Canadian ties to Iceland don’t just end with Manitoba. The first Europeans to land in North American were Vikings from Iceland… and I visited that spot, L’Anse aux Meadows, a few years ago! Nowadays, New Iceland remains the one spot in Canada with strong Icelandic heritage, with annual summer festivals, but unfortunately, the language is no longer widely spoken, nor is the food available. Flags and the telltale family home signs and surnames give away the history, but even without it, it seems like a beautiful place to be.

Further down the road, still within New Iceland, is Arborg. As a casual fan of curling, and as someone who appreciates kitschy small-town “world’s largest” sculptures, I couldn’t resist a stop…

Passing through three hours of flat, Saskatchewan-like farmland with the occasional grain elevator, we also made one quick stop at the Narrows, so named for the easiest spot to cross Lake Manitoba. Is it always this windy there? We have no idea how people could possibly fish in those conditions.

The landscape changed gradually but quickly to hills and forests as we approached our destination: Riding Mountain National Park, whose existence I only just learned of after booking the accommodation. Heh.

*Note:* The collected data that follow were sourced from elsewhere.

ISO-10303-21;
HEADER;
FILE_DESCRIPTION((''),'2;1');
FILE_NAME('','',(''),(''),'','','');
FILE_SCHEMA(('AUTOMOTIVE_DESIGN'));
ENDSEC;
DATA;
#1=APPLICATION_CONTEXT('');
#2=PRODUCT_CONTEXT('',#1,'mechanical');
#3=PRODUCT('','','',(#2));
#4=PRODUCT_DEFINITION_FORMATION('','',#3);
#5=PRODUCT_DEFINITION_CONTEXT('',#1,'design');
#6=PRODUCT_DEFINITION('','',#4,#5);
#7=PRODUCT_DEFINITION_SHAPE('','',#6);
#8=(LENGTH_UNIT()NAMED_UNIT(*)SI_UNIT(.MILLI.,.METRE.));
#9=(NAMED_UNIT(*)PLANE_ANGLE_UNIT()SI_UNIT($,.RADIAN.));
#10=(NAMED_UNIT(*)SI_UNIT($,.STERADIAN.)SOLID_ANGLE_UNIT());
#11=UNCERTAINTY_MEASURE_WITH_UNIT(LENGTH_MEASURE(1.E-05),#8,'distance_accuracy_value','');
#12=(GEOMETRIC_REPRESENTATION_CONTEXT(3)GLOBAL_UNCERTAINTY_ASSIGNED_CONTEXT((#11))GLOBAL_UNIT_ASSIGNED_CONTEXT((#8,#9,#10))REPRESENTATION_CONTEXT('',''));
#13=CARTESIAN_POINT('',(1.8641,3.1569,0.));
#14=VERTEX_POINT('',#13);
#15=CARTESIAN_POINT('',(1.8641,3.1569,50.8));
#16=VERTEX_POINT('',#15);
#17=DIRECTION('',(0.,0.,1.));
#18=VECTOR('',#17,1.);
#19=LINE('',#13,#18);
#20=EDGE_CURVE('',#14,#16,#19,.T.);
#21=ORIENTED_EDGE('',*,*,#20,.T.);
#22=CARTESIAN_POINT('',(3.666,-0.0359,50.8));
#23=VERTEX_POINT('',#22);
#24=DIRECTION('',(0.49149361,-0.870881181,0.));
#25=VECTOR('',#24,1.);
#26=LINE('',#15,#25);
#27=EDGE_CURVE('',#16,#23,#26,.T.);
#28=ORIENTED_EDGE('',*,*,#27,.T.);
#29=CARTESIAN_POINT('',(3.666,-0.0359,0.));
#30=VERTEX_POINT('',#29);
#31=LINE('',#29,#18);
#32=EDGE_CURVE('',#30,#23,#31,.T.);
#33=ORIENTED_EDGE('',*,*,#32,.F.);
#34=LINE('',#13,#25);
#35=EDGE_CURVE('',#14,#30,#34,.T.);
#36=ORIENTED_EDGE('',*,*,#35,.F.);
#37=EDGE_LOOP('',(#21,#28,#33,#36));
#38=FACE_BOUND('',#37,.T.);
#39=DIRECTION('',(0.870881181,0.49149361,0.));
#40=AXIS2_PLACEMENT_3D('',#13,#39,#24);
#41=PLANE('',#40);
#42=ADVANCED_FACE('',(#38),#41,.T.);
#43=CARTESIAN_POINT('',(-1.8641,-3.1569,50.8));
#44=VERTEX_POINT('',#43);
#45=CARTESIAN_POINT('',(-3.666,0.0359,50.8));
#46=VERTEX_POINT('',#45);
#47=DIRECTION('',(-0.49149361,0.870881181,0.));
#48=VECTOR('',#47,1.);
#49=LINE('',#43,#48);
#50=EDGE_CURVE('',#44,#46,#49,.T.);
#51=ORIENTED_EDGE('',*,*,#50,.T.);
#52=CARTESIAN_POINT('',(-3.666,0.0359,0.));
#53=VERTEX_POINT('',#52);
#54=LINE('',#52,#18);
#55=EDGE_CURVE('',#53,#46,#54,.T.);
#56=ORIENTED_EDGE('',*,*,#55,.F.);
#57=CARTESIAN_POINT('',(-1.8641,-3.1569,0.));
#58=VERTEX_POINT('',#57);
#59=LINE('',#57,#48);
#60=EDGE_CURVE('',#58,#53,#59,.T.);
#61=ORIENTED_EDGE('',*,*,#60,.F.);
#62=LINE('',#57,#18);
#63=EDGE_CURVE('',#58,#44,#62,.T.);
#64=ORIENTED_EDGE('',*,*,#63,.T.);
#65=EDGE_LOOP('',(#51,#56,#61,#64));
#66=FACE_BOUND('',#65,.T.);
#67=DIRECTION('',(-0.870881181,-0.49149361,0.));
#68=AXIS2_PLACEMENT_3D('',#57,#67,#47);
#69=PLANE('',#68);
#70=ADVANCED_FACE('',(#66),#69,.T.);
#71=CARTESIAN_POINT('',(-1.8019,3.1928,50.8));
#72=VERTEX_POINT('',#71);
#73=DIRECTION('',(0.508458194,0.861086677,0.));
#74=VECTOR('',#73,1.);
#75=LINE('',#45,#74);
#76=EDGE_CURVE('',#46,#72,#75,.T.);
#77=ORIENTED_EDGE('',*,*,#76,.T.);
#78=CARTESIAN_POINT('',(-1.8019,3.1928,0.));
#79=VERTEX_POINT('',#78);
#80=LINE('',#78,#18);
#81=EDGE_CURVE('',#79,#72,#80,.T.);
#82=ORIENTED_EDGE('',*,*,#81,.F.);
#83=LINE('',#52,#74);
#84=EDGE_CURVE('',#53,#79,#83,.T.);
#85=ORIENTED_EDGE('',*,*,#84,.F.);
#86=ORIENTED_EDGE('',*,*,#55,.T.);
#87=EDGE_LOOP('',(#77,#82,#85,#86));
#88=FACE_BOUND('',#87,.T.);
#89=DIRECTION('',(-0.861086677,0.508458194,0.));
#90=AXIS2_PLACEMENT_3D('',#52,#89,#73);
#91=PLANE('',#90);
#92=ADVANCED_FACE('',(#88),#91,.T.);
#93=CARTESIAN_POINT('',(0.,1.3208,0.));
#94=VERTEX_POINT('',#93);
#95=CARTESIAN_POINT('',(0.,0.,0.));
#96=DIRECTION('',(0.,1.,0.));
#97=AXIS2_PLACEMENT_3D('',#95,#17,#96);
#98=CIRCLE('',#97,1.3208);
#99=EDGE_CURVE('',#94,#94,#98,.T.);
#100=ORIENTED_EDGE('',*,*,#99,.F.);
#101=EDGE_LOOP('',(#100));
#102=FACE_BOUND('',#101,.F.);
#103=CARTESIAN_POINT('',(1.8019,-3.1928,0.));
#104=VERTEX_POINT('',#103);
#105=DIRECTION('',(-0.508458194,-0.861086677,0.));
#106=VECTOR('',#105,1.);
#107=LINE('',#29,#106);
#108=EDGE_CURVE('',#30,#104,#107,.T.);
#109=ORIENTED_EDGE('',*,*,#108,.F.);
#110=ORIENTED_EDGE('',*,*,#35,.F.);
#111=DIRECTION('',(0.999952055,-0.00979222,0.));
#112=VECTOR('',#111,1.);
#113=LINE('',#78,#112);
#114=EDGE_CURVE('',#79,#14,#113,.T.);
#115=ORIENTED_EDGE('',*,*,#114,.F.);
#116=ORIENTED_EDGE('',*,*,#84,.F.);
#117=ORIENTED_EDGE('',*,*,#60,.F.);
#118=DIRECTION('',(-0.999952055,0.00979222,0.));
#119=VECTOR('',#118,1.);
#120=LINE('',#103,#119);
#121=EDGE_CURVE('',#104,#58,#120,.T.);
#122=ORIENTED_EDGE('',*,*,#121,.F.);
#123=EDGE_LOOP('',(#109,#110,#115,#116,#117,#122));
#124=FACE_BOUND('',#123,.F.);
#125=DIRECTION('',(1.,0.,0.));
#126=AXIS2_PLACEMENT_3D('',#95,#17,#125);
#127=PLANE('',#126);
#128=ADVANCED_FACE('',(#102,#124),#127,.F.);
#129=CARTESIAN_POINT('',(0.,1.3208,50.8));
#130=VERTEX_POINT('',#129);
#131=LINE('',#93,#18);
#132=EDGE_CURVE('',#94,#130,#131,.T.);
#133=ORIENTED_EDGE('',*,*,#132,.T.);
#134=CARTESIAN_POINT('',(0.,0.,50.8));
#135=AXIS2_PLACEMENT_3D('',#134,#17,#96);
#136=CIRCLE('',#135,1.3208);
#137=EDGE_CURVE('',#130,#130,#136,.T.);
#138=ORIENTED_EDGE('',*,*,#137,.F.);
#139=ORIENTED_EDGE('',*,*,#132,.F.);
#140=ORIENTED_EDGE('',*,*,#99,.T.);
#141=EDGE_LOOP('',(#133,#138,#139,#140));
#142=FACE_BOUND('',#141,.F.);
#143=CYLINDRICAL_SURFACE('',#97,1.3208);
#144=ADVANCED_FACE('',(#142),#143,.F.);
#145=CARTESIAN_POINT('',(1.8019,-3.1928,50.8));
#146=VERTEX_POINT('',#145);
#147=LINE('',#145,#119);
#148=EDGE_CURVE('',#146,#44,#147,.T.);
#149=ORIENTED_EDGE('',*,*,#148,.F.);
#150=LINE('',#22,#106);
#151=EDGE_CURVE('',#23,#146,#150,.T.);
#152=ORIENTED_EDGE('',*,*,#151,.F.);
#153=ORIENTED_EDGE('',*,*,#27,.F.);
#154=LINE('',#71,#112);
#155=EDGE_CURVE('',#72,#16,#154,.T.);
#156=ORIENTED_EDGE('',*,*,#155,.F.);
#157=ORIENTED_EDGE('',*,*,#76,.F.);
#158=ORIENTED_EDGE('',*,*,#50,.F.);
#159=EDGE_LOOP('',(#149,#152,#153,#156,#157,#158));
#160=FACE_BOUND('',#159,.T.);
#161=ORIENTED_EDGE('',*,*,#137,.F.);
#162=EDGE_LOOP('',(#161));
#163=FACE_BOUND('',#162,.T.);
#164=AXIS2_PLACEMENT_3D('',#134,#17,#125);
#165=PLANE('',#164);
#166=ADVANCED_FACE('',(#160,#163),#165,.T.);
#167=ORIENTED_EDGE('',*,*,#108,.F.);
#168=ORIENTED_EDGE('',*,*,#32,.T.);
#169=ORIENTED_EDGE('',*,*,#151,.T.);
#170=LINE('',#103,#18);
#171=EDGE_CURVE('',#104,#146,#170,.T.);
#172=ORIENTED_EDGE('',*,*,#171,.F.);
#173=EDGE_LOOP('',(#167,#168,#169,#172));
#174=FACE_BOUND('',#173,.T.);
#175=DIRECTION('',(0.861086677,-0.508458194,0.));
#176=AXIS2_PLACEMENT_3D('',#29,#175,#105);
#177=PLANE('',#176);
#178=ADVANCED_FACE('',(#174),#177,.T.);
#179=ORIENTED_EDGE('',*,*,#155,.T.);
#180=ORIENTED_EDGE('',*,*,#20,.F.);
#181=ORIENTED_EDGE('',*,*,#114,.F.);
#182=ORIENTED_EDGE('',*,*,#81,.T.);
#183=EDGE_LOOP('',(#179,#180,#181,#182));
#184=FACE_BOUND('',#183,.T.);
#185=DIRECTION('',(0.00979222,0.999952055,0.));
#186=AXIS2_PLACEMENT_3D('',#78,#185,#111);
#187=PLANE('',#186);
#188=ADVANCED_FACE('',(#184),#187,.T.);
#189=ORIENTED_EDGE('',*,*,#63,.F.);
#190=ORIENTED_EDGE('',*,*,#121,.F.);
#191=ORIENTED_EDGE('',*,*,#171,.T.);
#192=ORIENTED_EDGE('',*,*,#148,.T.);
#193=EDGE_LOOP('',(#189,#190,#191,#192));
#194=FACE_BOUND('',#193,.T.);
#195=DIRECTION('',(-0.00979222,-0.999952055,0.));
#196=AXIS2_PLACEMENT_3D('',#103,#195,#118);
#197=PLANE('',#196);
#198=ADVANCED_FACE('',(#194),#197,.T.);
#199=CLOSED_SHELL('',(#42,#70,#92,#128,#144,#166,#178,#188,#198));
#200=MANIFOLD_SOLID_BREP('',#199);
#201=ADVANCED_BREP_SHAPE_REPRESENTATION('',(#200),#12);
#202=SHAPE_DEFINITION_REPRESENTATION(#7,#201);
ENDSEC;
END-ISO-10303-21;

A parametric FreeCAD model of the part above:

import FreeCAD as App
import Part
import Sketcher
from FreeCAD import Vector
Q = App.Units.Quantity

doc = App.newDocument("Part")
body = doc.addObject("PartDesign::Body", "Body")

# Sketch on XY plane
sketch1 = doc.addObject("Sketcher::SketchObject", "Sketch")
body.addObject(sketch1)
sketch1.AttachmentSupport = (doc.XY_Plane, [""])
sketch1.MapMode = "FlatFace"
sketch1.addGeometry(Part.LineSegment(Vector(3.7, 0, 0), Vector(1.9, 3.2, 0)), False)
sketch1.addGeometry(Part.LineSegment(Vector(1.9, 3.2, 0), Vector(-1.8, 3.2, 0)), False)
sketch1.addGeometry(Part.LineSegment(Vector(-1.8, 3.2, 0), Vector(-3.7, 0, 0)), False)
sketch1.addGeometry(Part.LineSegment(Vector(-3.7, 0, 0), Vector(-1.9, -3.2, 0)), False)
sketch1.addGeometry(Part.LineSegment(Vector(-1.9, -3.2, 0), Vector(1.8, -3.2, 0)), False)
sketch1.addGeometry(Part.LineSegment(Vector(1.8, -3.2, 0), Vector(3.7, 0, 0)), False)
sketch1.addConstraint(Sketcher.Constraint("Coincident", 0, 2, 1, 1))
sketch1.addConstraint(Sketcher.Constraint("Coincident", 1, 2, 2, 1))
sketch1.addConstraint(Sketcher.Constraint("Coincident", 2, 2, 3, 1))
sketch1.addConstraint(Sketcher.Constraint("Coincident", 3, 2, 4, 1))
sketch1.addConstraint(Sketcher.Constraint("Coincident", 4, 2, 5, 1))
sketch1.addConstraint(Sketcher.Constraint("Coincident", 5, 2, 0, 1))
sketch1.addConstraint(Sketcher.Constraint("Symmetric", 0, 2, 3, 2, -1, 1))
sketch1.addConstraint(Sketcher.Constraint("Symmetric", 1, 2, 4, 2, -1, 1))
sketch1.addConstraint(Sketcher.Constraint("Symmetric", 2, 2, 5, 2, -1, 1))
sketch1.addConstraint(Sketcher.Constraint("Equal", 0, 1))
sketch1.addConstraint(Sketcher.Constraint("Equal", 1, 2))
sketch1.addConstraint(Sketcher.Constraint("DistanceY", 3, 2, 1, 2, Q("0.25 in")))
sketch1.addConstraint(Sketcher.Constraint("Angle", 1, Q("179.439 deg")))
sketch1.addConstraint(Sketcher.Constraint("Angle", 2, Q("-120.5612 deg")))
sketch1.addConstraint(Sketcher.Constraint("DistanceX", -1, 1, 0, 2, Q("0.0734 in")))
pad1 = doc.addObject("PartDesign::Pad", "Pad")
body.addObject(pad1)
pad1.Profile = sketch1
pad1.Length = Q("2 in")

# Sketch on XY plane
sketch2 = doc.addObject("Sketcher::SketchObject", "Sketch001")
body.addObject(sketch2)
sketch2.AttachmentSupport = (doc.XY_Plane, [""])
sketch2.MapMode = "FlatFace"
sketch2.addGeometry(Part.Circle(Vector(0, 0, 0), Vector(0, 0, 1), 1.3), False)
sketch2.addConstraint(Sketcher.Constraint("Coincident", 0, 3, -1, 1))
sketch2.addConstraint(Sketcher.Constraint("Diameter", 0, Q("0.104 in")))
doc.recompute()
hole = doc.addObject("PartDesign::Hole", "Hole")
body.addObject(hole)
hole.Profile = sketch2
hole.ThreadType = "None"
hole.Diameter = Q("0.104 in")
hole.DepthType = "Dimension"
hole.Depth = Q("2.25 in")
hole.DrillPoint = "Angled"
hole.DrillPointAngle = 118
hole.Reversed = True

doc.recompute()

Not knowing what we were in for, we took the Brûlé Trail to Kinosao Lake — “oh, it’s getting dark soon, let’s just do a quick short 45 minute walk after all that driving.” The trail itself? Well, as residents of BC, it’s pleasant but not much to write home about. But as soon as we got to the lake in golden hour…

…There was a canoe with paddles and life jackets next to the dock, and no one around! And so, we canoed ourselves to a beaver dam (then collided into it by accident), marvelled at the silence, and the fact that we weren’t trekking 10 hours to somewhere remote just to experience this. Just a magical moment, living in a Canadian postcard.

Oh, that’s not all. With about half an hour to spare, we made it out to enjoy the setting sun on the much larger Clear Lake, walking lakeside around Wasagaming before darkness and a lovely un-festive but still warm Thanksgiving dinner.

Driving half an hour in complete darkness to our accommodation, the Fairmount B&B located six kilometres on an unlit gravel road off the main highway to Minnedosa, we found ourselves the only guests at a beautifully kept 107 year old farmhouse. We had our own little Thanksgiving moment, sharing some supermarket pumpkin pie we brought over some farm-grown tea and conversation with the lovely host Susan. But before we truly settled in… hey, it’s really, really dark out here, shall we check out the Milky Way?

Well, we never saw it. Instead…

Whew. That’s a whole lot of Canada in one day. Waking up the next morning, we decided to slow down and enjoy our surroundings a little, finally able to see the farm in daylight and realising our accommodation was a destination unto itself. After a farm-fresh breakfast and conversation, Susan took us around her property, garden, and animals, sharing the remarkable history of both the farm as it started with a widowed mother of six, and Susan’s own fish-out-of-water story, a city-born person moving to the country 50 years ago, holding a bunch of eclectic jobs over the years.

But oh, stereotypical Canada wasn’t quite done with us yet. Saying goodbye to Susan, we decided to drive up to Riding Mountain one more time before driving three hours back to Winnipeg, and we were lucky enough to run into the park’s resident herd of bison, just next to the road for us to stare at for an hour.

And what was supposed to be an uneventful drive back turned into something else, as we decided to stop in Portage la Prairie to stretch our legs a bit… just as thousands of Canada geese decided to descend for the evening. I mean, in Vancouver, I hate them as they’re a public nuisance, but even I have to admit that this was a pretty beautiful sight and couldn’t believe our luck.

We just threw up our hands and took the long way back to Winnipeg.

I thought I’d seen it all, having travelled so much of my own country over the years. And this was just two autumn days in Manitoba. Wow. We’ve barely even scratched the surface.